TASK DESCRIPTION:
Look through the data below for the line with "#208=PLANE('',#207);" and the line with "#242=ADVANCED_FACE('',(#238),#241,.F.);", then output those two and all lines in between, exactly as written.

RECORDS:
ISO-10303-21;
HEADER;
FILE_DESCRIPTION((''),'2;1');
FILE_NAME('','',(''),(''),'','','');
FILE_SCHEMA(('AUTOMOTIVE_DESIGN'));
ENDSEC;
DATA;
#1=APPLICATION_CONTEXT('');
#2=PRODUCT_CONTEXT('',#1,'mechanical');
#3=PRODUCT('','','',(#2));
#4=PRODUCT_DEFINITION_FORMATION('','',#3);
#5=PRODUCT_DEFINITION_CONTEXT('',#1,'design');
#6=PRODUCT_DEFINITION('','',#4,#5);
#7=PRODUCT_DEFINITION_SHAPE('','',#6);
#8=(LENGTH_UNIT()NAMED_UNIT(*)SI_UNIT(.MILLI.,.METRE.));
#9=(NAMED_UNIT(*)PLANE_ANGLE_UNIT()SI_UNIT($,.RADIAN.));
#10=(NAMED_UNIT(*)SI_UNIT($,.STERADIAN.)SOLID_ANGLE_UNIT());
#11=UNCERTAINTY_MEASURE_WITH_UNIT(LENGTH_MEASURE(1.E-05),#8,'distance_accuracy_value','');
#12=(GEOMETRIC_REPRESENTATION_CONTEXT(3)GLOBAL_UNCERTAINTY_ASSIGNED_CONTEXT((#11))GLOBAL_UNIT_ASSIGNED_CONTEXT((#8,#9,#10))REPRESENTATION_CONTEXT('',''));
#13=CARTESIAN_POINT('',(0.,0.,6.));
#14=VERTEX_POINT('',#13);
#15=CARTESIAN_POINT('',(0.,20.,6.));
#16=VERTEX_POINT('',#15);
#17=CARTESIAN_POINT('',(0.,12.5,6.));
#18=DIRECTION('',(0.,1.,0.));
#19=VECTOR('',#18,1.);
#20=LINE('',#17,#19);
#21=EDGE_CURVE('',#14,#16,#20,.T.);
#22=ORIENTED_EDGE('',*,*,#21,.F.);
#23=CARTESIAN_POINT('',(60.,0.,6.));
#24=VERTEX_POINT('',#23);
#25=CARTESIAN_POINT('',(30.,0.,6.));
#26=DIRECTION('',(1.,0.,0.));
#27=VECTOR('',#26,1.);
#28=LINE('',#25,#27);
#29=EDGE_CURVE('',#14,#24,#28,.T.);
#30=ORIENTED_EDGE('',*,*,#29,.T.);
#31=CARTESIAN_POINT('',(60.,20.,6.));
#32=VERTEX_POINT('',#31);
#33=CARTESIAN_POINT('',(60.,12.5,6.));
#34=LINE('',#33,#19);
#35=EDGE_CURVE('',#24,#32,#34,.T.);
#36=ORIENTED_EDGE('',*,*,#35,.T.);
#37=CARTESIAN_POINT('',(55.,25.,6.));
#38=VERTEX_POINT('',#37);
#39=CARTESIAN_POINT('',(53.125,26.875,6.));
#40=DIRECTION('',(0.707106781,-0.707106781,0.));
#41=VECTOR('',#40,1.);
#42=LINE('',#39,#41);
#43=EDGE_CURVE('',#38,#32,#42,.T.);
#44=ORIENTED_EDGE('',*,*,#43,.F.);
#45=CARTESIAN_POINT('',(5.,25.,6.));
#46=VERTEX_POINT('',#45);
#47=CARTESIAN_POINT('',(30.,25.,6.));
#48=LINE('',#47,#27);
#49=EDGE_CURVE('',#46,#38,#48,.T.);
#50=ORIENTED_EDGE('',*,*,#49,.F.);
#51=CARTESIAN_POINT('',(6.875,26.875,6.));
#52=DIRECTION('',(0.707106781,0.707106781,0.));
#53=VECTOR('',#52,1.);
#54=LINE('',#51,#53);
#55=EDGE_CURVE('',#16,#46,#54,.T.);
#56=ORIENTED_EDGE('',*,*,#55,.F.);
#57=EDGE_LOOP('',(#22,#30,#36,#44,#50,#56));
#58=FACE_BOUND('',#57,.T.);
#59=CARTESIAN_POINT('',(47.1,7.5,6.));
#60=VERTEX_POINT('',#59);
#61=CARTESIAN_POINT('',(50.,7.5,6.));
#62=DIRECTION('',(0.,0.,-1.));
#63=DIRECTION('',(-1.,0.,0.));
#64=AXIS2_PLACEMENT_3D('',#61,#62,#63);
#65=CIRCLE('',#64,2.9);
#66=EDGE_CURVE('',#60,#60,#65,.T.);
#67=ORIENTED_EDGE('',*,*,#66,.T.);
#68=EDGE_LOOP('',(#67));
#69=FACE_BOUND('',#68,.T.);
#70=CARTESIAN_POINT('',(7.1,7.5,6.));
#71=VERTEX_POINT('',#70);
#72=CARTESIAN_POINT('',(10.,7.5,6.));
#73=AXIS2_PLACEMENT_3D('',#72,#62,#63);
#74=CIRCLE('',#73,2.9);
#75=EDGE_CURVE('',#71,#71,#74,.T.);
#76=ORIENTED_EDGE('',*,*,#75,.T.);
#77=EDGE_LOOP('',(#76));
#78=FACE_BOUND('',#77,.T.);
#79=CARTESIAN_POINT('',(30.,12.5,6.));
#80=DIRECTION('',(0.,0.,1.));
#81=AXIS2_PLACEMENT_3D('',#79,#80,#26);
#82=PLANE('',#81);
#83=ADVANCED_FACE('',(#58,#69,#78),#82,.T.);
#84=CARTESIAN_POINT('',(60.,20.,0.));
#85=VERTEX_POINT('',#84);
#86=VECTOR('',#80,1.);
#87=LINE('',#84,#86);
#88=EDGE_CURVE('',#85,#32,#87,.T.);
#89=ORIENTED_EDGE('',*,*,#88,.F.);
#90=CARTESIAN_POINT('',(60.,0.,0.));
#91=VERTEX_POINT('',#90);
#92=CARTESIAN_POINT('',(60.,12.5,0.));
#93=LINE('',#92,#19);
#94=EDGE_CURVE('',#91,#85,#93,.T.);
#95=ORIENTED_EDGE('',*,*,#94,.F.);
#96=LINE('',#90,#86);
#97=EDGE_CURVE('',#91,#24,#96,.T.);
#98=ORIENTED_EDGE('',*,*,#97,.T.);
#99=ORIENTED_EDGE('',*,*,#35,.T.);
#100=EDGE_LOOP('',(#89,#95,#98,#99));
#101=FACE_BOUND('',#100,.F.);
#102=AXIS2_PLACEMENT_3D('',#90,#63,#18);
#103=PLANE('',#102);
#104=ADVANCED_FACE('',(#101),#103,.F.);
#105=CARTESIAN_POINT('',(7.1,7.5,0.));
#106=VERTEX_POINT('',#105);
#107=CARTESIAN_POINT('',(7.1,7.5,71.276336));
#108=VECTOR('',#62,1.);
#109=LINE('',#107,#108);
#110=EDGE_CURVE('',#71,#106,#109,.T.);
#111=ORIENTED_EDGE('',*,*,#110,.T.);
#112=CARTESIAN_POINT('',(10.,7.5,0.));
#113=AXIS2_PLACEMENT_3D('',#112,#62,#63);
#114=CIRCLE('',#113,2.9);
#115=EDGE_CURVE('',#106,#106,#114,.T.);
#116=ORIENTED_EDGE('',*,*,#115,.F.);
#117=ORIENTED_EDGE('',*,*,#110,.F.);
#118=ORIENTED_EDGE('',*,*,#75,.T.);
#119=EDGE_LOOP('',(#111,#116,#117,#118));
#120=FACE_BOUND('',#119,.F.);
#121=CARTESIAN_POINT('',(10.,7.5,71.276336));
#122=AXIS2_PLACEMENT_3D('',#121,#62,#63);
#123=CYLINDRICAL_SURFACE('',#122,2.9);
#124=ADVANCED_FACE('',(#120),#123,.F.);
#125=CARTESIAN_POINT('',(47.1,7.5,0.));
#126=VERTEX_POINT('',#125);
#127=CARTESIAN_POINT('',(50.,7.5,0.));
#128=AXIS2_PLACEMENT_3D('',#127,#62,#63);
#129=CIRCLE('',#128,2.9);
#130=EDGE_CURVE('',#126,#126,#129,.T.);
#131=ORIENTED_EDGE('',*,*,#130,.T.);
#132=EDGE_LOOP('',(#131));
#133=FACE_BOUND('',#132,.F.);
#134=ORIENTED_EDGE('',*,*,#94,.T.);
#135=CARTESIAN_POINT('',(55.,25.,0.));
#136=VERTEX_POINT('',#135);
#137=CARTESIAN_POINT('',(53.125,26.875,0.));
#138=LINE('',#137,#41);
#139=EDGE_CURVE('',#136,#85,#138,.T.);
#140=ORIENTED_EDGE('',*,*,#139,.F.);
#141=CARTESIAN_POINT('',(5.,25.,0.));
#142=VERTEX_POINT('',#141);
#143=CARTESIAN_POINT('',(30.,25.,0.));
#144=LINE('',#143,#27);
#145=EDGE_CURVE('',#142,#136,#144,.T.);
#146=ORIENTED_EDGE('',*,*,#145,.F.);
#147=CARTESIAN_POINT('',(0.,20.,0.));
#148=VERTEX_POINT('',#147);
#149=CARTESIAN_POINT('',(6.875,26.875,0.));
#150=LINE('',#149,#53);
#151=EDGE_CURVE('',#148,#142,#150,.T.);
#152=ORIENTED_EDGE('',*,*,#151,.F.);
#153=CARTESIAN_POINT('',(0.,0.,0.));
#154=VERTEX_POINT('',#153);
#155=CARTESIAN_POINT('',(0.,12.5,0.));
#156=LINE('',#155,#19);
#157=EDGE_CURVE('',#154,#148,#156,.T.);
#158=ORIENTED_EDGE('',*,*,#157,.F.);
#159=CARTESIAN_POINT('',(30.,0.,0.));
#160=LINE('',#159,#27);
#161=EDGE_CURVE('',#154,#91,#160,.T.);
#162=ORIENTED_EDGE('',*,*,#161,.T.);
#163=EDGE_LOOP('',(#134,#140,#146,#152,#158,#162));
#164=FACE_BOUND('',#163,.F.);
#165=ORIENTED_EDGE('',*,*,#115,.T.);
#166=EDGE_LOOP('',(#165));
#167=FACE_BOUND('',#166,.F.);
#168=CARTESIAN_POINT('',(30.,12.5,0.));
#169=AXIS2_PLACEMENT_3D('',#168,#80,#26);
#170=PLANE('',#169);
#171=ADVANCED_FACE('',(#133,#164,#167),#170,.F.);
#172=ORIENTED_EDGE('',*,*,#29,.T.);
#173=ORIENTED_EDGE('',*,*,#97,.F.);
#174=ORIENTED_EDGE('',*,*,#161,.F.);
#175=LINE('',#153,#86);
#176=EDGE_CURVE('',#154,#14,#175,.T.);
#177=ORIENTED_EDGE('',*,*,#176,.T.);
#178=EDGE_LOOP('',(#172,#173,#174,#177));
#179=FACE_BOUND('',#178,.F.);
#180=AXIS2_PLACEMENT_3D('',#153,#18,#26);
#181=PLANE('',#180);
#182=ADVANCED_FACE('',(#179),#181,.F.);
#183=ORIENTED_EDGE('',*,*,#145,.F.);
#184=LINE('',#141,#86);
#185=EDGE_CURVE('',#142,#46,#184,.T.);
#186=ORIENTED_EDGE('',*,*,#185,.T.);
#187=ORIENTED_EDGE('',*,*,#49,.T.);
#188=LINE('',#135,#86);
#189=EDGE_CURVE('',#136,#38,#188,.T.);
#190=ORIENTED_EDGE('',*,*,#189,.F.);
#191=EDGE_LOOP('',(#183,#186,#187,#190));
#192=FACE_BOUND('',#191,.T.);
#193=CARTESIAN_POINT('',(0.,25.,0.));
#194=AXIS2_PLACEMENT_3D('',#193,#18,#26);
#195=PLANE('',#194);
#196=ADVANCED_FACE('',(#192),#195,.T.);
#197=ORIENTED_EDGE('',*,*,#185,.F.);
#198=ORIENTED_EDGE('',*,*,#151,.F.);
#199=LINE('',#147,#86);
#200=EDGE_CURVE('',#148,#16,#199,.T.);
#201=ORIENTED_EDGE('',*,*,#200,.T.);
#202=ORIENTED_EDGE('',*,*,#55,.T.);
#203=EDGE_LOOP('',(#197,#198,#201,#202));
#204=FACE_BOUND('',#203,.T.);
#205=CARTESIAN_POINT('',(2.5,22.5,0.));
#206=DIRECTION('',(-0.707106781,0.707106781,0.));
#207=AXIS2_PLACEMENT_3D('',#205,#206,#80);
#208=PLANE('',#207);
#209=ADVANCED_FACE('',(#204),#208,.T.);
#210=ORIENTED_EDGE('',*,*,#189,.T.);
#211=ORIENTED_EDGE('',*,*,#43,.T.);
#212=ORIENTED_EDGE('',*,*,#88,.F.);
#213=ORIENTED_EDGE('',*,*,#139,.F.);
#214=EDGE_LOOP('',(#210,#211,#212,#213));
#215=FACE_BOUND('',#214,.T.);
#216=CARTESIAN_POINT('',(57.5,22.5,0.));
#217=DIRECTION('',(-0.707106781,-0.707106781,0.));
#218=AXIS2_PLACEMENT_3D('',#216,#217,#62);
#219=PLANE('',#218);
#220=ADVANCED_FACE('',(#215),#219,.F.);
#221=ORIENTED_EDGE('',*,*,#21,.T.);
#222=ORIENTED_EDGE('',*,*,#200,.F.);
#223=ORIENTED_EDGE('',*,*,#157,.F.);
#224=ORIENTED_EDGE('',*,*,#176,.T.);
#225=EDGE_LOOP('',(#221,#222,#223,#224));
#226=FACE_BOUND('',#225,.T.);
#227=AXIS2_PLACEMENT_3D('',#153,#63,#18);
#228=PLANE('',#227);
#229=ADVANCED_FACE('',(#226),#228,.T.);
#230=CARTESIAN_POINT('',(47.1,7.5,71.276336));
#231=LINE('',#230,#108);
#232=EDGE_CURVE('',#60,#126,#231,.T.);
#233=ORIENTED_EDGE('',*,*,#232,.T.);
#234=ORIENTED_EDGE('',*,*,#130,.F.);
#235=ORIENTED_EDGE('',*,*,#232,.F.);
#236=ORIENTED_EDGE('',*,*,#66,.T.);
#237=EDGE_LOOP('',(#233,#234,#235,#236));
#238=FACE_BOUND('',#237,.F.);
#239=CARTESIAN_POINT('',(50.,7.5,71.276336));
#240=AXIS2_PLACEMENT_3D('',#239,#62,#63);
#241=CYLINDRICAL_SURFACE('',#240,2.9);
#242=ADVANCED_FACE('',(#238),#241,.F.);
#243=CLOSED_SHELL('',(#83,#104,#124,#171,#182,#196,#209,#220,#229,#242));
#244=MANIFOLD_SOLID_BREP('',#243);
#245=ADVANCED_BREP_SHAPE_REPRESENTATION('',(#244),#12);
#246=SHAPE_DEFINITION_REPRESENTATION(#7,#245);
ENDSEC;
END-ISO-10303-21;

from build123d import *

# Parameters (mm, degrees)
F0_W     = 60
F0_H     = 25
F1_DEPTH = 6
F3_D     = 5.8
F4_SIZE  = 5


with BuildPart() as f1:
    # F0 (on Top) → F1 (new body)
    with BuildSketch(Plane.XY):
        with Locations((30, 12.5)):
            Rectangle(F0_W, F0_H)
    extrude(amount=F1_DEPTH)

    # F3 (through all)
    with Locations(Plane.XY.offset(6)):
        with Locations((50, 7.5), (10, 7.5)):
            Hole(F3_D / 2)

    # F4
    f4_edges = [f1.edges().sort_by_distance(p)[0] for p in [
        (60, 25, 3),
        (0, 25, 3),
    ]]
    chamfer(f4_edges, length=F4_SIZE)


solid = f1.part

SOLUTION TO THIS EXERCISE:
#208=PLANE('',#207);
#209=ADVANCED_FACE('',(#204),#208,.T.);
#210=ORIENTED_EDGE('',*,*,#189,.T.);
#211=ORIENTED_EDGE('',*,*,#43,.T.);
#212=ORIENTED_EDGE('',*,*,#88,.F.);
#213=ORIENTED_EDGE('',*,*,#139,.F.);
#214=EDGE_LOOP('',(#210,#211,#212,#213));
#215=FACE_BOUND('',#214,.T.);
#216=CARTESIAN_POINT('',(57.5,22.5,0.));
#217=DIRECTION('',(-0.707106781,-0.707106781,0.));
#218=AXIS2_PLACEMENT_3D('',#216,#217,#62);
#219=PLANE('',#218);
#220=ADVANCED_FACE('',(#215),#219,.F.);
#221=ORIENTED_EDGE('',*,*,#21,.T.);
#222=ORIENTED_EDGE('',*,*,#200,.F.);
#223=ORIENTED_EDGE('',*,*,#157,.F.);
#224=ORIENTED_EDGE('',*,*,#176,.T.);
#225=EDGE_LOOP('',(#221,#222,#223,#224));
#226=FACE_BOUND('',#225,.T.);
#227=AXIS2_PLACEMENT_3D('',#153,#63,#18);
#228=PLANE('',#227);
#229=ADVANCED_FACE('',(#226),#228,.T.);
#230=CARTESIAN_POINT('',(47.1,7.5,71.276336));
#231=LINE('',#230,#108);
#232=EDGE_CURVE('',#60,#126,#231,.T.);
#233=ORIENTED_EDGE('',*,*,#232,.T.);
#234=ORIENTED_EDGE('',*,*,#130,.F.);
#235=ORIENTED_EDGE('',*,*,#232,.F.);
#236=ORIENTED_EDGE('',*,*,#66,.T.);
#237=EDGE_LOOP('',(#233,#234,#235,#236));
#238=FACE_BOUND('',#237,.F.);
#239=CARTESIAN_POINT('',(50.,7.5,71.276336));
#240=AXIS2_PLACEMENT_3D('',#239,#62,#63);
#241=CYLINDRICAL_SURFACE('',#240,2.9);
#242=ADVANCED_FACE('',(#238),#241,.F.);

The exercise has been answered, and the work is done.